Halfcast Episode 4 released!

*Listen here: cubecast.fm/Halfcast/Index?episode=4
Shownotes: https://docs.google.com/document/d/1l7yqPFQvYUf7AMfgZuKRhx2mcWv1yzK6ebC-Fdkb_2w
*
In which Corey, Pedro, and a buffalady talk new BLD happenings, cubingtime, and records, records, records!


----------



## Cubecast (May 28, 2016)

Episode 5 with Brandon Lin released!

*Listen here: http://cubecast.fm/Episodes/Episode?season=5&episode=5
Shownotes: https://docs.google.com/document/d/1t0s2Bh0cSS5xJkzLrpapdG3sVhkSyPWPX5nuu35vG2Y/edit
*
In which Waffo, Ranzha, and Meechay talk with Brandon Lin about the game-changing QiYi Square-1, a new 6x6 in the works, and lots of Square-1 results! Woohoo!


----------



## Ranzha (Jul 4, 2016)

Episode 6 with Rowe Hessler released!

*Listen: http://cubecast.fm/Episodes/Episode?season=5&episode=6
Shownotes: https://docs.google.com/document/d/16f10TY4xjFCD4z1FxseVxdZUl-nILKP6bA1IbfemqjQ/edit*


----------



## Drake Bott (Jun 19, 2017)

Cubecast said:


> All right, let's do this.
> 
> *Episode 6 with Rowe Hessler released!*
> 
> ...



It's not working for me; both my computers say the DNS address can't be found. My internet connection is working perfectly as well. I wanna listen to some cubecast


----------



## Ranzha (Jun 20, 2017)

Drake Bott said:


> It's not working for me; both my computers say the DNS address can't be found. My internet connection is working perfectly as well.

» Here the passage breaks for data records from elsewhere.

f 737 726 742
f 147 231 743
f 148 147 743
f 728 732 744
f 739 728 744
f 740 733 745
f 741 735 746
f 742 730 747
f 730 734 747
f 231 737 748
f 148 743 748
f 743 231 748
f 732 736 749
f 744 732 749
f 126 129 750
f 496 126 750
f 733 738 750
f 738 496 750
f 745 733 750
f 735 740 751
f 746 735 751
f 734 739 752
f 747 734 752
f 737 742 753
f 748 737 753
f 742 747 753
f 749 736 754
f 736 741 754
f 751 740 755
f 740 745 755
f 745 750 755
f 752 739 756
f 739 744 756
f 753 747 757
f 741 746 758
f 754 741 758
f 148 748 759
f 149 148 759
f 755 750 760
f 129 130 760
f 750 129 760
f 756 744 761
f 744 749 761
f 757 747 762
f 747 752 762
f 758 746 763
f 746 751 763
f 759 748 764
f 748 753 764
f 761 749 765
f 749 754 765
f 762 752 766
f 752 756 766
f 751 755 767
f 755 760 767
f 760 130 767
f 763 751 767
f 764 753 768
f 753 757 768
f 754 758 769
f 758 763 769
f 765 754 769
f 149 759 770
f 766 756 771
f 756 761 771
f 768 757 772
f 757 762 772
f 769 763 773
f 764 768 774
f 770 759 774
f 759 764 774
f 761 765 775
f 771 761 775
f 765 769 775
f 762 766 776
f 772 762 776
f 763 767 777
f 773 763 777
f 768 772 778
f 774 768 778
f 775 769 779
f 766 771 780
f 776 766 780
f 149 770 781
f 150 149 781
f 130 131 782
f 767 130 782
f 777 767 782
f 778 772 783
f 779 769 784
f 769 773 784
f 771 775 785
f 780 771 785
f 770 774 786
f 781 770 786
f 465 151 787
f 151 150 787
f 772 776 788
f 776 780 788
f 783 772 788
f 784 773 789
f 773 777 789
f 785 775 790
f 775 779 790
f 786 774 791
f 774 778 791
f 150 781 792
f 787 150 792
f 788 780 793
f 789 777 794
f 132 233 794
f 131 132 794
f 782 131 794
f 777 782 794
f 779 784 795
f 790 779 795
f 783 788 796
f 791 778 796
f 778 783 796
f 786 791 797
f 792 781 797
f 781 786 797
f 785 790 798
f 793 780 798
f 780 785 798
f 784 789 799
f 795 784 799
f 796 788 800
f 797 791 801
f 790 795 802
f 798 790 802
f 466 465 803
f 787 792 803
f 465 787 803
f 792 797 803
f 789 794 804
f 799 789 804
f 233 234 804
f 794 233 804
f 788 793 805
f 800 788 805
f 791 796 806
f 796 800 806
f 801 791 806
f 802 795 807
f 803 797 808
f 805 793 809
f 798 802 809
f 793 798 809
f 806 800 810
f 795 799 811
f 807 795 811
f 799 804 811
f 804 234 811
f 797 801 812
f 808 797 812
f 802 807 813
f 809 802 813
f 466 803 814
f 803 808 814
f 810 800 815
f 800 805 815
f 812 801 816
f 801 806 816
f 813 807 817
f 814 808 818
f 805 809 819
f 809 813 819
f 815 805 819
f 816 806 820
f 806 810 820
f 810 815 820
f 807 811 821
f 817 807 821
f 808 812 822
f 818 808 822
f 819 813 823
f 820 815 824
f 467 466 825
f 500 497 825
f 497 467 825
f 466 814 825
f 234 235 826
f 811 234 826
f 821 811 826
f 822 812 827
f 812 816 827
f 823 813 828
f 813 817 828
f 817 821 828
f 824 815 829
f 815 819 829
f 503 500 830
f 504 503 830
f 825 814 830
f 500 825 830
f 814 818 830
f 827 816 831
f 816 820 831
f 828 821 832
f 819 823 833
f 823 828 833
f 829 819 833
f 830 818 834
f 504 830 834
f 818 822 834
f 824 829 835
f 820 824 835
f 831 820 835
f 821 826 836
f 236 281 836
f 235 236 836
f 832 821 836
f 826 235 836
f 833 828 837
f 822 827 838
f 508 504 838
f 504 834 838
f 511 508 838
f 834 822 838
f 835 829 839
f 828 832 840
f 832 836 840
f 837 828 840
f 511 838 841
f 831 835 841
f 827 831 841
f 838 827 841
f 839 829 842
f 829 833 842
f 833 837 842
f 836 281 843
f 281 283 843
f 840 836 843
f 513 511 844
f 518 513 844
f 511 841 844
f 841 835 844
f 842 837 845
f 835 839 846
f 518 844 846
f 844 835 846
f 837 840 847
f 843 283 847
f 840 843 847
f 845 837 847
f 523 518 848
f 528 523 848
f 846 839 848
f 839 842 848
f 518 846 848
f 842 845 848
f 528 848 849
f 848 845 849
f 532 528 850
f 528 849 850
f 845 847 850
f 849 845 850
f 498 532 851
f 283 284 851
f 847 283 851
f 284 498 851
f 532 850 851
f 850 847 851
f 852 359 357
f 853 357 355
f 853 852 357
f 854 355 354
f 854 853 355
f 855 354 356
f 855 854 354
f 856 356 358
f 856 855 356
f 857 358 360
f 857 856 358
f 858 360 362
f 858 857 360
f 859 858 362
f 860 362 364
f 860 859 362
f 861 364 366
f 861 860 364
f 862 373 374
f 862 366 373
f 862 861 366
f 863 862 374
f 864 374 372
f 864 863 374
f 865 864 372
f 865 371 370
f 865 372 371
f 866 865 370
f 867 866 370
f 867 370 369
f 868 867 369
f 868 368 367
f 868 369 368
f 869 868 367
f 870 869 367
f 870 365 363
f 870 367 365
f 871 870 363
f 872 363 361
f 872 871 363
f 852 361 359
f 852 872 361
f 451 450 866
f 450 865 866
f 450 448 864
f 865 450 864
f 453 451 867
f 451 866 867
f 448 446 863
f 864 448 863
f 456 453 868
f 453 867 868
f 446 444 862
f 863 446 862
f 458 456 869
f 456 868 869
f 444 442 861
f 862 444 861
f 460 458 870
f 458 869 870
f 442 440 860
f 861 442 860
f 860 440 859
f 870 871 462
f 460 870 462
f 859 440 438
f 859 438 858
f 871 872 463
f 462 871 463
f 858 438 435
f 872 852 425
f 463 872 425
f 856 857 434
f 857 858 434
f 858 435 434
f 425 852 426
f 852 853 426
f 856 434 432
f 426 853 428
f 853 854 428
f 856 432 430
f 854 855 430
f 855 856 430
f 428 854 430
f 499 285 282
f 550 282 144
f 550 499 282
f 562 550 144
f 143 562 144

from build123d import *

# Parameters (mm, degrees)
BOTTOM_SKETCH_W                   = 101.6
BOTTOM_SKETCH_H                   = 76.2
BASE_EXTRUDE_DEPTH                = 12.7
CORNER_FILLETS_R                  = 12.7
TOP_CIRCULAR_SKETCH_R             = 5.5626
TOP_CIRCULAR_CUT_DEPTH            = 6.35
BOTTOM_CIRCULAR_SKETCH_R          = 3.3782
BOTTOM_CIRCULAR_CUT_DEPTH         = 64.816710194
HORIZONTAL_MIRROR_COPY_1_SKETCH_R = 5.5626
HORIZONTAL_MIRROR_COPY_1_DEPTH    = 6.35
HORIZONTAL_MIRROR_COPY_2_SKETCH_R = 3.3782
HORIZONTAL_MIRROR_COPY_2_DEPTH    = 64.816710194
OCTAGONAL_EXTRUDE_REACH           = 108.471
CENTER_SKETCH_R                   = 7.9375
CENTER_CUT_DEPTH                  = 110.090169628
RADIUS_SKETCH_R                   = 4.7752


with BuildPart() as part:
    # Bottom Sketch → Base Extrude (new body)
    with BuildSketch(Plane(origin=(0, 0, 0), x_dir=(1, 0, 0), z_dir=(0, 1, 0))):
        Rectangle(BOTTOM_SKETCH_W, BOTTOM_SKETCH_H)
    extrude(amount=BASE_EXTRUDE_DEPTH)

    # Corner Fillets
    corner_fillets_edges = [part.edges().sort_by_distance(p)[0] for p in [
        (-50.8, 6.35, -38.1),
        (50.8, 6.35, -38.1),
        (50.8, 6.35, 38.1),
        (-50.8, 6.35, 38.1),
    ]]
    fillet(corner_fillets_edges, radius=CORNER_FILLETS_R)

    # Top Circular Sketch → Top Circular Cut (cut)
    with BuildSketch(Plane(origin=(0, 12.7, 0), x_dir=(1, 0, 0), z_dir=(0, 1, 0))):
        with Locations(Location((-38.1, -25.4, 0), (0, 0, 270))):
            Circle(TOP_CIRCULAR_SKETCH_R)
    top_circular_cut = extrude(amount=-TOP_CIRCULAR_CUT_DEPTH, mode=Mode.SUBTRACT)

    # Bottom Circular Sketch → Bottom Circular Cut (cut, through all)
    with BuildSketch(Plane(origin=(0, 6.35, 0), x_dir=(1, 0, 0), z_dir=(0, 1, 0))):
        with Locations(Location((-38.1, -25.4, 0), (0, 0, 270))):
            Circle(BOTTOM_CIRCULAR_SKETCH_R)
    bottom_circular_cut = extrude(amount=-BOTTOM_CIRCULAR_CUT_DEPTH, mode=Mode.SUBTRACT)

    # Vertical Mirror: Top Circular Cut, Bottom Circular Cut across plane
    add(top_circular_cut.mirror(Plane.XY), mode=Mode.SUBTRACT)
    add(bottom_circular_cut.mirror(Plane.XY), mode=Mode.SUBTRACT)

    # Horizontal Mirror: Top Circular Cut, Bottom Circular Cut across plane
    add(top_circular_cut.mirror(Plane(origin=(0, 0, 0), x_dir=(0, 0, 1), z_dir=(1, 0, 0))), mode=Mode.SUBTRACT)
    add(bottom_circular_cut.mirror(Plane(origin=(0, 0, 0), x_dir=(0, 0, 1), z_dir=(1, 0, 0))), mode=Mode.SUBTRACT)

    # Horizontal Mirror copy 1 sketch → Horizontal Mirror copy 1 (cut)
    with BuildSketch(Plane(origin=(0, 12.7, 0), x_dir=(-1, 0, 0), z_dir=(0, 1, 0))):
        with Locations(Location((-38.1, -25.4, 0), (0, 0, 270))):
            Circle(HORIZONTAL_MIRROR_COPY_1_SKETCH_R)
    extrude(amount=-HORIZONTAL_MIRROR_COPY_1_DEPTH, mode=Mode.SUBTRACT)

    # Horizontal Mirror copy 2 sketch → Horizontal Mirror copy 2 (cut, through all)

I wanna listen to some cubecast


Cubicle has rights to the name now, you could ask them


----------



## Mastermind2368 (Jun 23, 2017)

Ranzha said:


> Cubicle has rights to the name now, you could ask them


And you have the right to stop making them as I start listing to them, but you don't.


----------